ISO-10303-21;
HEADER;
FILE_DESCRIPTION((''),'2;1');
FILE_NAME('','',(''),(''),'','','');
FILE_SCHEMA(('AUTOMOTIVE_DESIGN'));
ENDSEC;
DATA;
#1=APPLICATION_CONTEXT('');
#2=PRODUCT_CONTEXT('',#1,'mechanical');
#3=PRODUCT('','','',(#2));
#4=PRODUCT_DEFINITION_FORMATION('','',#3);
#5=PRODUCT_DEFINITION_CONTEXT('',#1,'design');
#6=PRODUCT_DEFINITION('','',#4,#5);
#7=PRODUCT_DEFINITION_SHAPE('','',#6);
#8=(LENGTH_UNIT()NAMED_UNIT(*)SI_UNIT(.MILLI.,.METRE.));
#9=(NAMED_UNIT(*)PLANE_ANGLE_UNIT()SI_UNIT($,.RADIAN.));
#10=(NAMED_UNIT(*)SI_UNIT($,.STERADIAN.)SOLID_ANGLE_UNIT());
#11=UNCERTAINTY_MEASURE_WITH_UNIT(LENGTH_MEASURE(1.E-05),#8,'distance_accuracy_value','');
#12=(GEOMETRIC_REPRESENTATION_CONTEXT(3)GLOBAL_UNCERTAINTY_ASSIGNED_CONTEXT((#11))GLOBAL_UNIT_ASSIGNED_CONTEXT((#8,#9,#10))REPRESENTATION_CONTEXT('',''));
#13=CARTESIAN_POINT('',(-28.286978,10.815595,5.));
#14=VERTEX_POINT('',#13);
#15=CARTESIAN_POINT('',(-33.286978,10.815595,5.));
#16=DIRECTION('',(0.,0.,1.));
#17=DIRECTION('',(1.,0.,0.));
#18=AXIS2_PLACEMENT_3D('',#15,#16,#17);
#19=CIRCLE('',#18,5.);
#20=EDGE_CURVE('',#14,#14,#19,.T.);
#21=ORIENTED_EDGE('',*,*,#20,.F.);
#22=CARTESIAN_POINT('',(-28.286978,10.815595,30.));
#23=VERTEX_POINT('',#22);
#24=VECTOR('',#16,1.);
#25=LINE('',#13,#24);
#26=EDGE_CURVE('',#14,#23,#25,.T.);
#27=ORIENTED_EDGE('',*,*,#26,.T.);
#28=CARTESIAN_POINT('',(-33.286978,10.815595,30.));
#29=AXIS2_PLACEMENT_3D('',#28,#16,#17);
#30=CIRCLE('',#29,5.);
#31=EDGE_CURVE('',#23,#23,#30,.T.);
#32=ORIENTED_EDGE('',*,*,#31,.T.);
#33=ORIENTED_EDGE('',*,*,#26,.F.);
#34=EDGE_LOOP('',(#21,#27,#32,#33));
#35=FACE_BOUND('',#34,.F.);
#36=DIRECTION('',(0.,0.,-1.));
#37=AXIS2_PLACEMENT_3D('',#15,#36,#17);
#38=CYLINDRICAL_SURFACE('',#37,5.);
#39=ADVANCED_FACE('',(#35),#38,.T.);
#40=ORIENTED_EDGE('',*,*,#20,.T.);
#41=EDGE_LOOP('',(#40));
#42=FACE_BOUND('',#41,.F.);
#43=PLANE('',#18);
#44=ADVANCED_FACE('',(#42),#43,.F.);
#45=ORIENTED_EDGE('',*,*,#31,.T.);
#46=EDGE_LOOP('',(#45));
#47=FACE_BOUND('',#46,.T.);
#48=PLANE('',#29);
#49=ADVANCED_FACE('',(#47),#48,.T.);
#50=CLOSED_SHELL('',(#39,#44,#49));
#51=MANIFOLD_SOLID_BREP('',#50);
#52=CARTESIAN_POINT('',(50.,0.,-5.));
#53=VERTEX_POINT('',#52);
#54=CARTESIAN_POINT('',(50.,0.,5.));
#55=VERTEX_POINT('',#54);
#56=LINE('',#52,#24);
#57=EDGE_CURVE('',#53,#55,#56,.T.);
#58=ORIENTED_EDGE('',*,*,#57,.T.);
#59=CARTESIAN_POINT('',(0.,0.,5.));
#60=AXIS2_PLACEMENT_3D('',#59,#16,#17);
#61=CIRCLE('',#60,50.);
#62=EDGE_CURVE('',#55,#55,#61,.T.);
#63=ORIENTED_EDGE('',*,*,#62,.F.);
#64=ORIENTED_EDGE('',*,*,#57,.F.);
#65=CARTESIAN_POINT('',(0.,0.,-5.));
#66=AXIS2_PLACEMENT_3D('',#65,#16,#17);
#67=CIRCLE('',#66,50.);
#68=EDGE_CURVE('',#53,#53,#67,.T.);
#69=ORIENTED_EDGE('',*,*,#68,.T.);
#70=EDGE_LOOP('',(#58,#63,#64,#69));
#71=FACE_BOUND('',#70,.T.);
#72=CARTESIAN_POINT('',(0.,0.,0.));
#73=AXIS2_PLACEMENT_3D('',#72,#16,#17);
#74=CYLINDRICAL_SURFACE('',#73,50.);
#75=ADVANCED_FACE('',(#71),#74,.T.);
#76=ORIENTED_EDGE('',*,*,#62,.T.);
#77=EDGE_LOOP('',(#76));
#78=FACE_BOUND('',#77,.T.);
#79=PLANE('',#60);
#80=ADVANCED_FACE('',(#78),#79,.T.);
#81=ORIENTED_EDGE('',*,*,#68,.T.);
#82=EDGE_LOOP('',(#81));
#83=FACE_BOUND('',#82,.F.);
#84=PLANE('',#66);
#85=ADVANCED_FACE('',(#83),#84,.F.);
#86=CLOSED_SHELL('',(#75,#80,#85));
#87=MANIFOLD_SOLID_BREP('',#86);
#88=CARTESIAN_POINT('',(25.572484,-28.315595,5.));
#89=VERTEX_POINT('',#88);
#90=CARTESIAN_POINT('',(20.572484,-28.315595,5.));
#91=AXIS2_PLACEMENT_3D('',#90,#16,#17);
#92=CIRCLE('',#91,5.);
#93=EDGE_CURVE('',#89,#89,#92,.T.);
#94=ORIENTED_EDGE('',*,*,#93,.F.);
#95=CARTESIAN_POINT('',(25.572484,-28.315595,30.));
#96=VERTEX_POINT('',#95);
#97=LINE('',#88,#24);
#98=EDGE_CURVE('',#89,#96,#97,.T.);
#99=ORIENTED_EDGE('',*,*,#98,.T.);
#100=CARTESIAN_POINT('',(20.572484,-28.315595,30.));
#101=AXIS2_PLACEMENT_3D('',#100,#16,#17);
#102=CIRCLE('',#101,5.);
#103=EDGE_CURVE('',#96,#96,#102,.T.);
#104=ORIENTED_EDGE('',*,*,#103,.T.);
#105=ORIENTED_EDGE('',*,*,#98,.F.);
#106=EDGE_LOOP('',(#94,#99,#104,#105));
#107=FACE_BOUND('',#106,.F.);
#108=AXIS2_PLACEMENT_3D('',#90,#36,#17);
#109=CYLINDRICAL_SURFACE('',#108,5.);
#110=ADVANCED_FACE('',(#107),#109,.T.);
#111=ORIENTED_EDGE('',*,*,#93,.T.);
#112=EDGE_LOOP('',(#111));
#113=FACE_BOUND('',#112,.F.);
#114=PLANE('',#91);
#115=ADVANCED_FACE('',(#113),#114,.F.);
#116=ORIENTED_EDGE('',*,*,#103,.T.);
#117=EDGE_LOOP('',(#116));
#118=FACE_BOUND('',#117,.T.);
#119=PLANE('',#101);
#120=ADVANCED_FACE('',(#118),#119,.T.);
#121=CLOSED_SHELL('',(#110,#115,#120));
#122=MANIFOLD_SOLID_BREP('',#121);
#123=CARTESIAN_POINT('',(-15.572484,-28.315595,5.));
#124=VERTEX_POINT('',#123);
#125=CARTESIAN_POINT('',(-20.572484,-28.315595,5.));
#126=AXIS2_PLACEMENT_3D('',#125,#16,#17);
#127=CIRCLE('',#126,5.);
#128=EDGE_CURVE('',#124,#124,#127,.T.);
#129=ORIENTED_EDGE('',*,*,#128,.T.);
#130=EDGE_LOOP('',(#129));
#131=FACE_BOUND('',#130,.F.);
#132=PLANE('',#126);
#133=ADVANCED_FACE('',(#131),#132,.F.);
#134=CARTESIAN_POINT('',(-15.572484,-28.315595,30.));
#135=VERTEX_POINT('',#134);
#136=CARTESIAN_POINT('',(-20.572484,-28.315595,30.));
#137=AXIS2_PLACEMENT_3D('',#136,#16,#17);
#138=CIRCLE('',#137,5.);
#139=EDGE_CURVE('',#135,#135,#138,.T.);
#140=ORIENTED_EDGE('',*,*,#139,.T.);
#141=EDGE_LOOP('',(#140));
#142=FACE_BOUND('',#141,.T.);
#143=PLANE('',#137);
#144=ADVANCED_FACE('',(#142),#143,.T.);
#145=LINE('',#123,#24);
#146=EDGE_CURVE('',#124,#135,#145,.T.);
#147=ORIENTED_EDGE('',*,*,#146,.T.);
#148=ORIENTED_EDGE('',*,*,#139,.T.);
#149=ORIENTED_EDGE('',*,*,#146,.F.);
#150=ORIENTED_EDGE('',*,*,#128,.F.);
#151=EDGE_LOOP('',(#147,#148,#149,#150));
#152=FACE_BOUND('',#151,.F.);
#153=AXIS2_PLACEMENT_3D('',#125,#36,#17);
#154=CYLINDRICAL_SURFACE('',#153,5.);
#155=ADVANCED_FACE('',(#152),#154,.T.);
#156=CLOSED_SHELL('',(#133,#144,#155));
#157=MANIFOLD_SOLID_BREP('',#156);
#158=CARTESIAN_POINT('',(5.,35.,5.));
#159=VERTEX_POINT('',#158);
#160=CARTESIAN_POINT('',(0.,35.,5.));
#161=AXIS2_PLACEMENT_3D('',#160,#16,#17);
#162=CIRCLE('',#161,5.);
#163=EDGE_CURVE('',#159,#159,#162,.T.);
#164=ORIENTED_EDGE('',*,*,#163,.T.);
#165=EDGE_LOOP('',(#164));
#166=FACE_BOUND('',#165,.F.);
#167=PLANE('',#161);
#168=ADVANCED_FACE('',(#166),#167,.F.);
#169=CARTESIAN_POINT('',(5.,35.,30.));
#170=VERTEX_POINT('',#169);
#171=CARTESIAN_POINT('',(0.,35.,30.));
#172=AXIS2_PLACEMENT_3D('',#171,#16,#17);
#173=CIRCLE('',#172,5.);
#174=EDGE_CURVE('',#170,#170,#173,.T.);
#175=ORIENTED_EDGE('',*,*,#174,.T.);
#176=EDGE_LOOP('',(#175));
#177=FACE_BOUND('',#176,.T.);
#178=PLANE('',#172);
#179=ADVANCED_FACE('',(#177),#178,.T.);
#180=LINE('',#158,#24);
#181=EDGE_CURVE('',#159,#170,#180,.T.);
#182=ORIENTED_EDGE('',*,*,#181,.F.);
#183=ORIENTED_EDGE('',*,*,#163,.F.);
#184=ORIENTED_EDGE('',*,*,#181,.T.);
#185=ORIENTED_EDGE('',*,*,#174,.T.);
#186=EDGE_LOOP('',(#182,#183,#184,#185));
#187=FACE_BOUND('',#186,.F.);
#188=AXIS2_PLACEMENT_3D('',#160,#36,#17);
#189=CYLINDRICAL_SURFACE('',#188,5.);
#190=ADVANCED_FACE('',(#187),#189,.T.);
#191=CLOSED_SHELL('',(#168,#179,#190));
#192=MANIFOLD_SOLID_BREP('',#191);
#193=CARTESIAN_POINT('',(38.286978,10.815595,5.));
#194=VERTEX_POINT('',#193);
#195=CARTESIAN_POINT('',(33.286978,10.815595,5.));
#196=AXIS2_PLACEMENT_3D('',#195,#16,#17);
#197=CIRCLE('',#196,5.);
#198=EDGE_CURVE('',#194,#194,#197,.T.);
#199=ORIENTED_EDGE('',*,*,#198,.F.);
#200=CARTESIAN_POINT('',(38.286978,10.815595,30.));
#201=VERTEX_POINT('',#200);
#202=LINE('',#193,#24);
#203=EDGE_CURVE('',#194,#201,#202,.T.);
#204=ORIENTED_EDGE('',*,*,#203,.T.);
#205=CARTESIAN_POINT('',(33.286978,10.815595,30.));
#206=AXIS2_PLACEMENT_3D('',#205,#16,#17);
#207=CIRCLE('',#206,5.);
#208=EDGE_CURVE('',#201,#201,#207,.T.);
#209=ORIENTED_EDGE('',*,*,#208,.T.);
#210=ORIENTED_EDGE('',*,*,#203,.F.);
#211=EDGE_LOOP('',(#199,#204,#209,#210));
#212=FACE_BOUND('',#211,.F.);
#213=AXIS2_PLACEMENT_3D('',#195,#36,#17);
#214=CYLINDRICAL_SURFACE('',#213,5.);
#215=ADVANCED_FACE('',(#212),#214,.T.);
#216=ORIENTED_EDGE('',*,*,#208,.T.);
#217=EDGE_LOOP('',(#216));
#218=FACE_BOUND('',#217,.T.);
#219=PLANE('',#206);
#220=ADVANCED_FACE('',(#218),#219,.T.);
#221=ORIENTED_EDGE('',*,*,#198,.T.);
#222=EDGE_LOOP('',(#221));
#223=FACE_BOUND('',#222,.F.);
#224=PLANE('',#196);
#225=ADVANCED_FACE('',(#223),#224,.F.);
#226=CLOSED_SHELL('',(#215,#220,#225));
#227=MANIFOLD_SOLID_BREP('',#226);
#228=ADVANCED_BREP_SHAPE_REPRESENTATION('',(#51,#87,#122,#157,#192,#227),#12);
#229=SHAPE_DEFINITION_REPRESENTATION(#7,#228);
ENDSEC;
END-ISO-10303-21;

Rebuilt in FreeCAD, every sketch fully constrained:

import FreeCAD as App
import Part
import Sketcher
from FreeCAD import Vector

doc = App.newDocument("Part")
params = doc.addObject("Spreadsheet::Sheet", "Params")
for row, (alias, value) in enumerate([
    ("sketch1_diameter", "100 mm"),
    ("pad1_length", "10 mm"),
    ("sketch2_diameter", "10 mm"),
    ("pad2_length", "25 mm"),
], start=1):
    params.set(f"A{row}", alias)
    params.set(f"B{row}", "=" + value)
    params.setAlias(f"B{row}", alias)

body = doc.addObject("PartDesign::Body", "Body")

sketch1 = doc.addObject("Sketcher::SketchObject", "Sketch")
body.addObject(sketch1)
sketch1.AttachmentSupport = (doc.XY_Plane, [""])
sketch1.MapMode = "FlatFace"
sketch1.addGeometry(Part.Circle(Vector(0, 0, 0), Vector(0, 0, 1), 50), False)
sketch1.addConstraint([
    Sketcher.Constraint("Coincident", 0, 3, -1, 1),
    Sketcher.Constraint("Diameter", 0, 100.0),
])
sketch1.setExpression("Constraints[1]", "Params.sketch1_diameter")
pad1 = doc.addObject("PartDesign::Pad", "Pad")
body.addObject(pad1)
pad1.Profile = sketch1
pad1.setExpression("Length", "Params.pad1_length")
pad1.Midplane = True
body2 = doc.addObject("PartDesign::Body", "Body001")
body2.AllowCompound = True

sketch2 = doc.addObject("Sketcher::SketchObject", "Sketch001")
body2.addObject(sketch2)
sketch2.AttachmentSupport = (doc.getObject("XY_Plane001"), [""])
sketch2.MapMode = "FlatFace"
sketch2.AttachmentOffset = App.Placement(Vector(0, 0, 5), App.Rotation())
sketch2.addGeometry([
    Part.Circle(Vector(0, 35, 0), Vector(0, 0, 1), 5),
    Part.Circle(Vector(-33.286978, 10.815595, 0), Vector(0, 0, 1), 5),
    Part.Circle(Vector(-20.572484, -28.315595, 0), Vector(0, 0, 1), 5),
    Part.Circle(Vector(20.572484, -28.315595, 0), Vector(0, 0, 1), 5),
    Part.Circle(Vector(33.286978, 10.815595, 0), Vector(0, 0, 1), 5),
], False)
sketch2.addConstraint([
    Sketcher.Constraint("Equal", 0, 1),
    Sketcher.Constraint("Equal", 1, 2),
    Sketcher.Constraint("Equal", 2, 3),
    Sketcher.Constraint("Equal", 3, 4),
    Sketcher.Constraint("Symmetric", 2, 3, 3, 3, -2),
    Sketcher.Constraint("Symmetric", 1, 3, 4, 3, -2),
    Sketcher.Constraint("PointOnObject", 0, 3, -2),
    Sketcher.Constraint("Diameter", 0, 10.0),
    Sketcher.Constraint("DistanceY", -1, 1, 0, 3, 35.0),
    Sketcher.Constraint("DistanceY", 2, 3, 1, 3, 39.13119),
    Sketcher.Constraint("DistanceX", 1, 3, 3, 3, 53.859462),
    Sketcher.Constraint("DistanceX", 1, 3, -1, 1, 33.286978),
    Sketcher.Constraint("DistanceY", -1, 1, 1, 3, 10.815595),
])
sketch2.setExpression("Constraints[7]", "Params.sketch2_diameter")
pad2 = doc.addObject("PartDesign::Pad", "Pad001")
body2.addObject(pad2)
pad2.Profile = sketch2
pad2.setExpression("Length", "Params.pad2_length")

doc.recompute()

###

# ASSIGNED TASK:
Beginning with the line containing "#115=ADVANCED_FACE('',(#113),#114,.F.);" and ending with the line containing "#163=EDGE_CURVE('',#159,#159,#162,.T.);", extract those lines exactly from the listing above, and only those.

# EXERCISE SOLUTION:
#115=ADVANCED_FACE('',(#113),#114,.F.);
#116=ORIENTED_EDGE('',*,*,#103,.T.);
#117=EDGE_LOOP('',(#116));
#118=FACE_BOUND('',#117,.T.);
#119=PLANE('',#101);
#120=ADVANCED_FACE('',(#118),#119,.T.);
#121=CLOSED_SHELL('',(#110,#115,#120));
#122=MANIFOLD_SOLID_BREP('',#121);
#123=CARTESIAN_POINT('',(-15.572484,-28.315595,5.));
#124=VERTEX_POINT('',#123);
#125=CARTESIAN_POINT('',(-20.572484,-28.315595,5.));
#126=AXIS2_PLACEMENT_3D('',#125,#16,#17);
#127=CIRCLE('',#126,5.);
#128=EDGE_CURVE('',#124,#124,#127,.T.);
#129=ORIENTED_EDGE('',*,*,#128,.T.);
#130=EDGE_LOOP('',(#129));
#131=FACE_BOUND('',#130,.F.);
#132=PLANE('',#126);
#133=ADVANCED_FACE('',(#131),#132,.F.);
#134=CARTESIAN_POINT('',(-15.572484,-28.315595,30.));
#135=VERTEX_POINT('',#134);
#136=CARTESIAN_POINT('',(-20.572484,-28.315595,30.));
#137=AXIS2_PLACEMENT_3D('',#136,#16,#17);
#138=CIRCLE('',#137,5.);
#139=EDGE_CURVE('',#135,#135,#138,.T.);
#140=ORIENTED_EDGE('',*,*,#139,.T.);
#141=EDGE_LOOP('',(#140));
#142=FACE_BOUND('',#141,.T.);
#143=PLANE('',#137);
#144=ADVANCED_FACE('',(#142),#143,.T.);
#145=LINE('',#123,#24);
#146=EDGE_CURVE('',#124,#135,#145,.T.);
#147=ORIENTED_EDGE('',*,*,#146,.T.);
#148=ORIENTED_EDGE('',*,*,#139,.T.);
#149=ORIENTED_EDGE('',*,*,#146,.F.);
#150=ORIENTED_EDGE('',*,*,#128,.F.);
#151=EDGE_LOOP('',(#147,#148,#149,#150));
#152=FACE_BOUND('',#151,.F.);
#153=AXIS2_PLACEMENT_3D('',#125,#36,#17);
#154=CYLINDRICAL_SURFACE('',#153,5.);
#155=ADVANCED_FACE('',(#152),#154,.T.);
#156=CLOSED_SHELL('',(#133,#144,#155));
#157=MANIFOLD_SOLID_BREP('',#156);
#158=CARTESIAN_POINT('',(5.,35.,5.));
#159=VERTEX_POINT('',#158);
#160=CARTESIAN_POINT('',(0.,35.,5.));
#161=AXIS2_PLACEMENT_3D('',#160,#16,#17);
#162=CIRCLE('',#161,5.);
#163=EDGE_CURVE('',#159,#159,#162,.T.);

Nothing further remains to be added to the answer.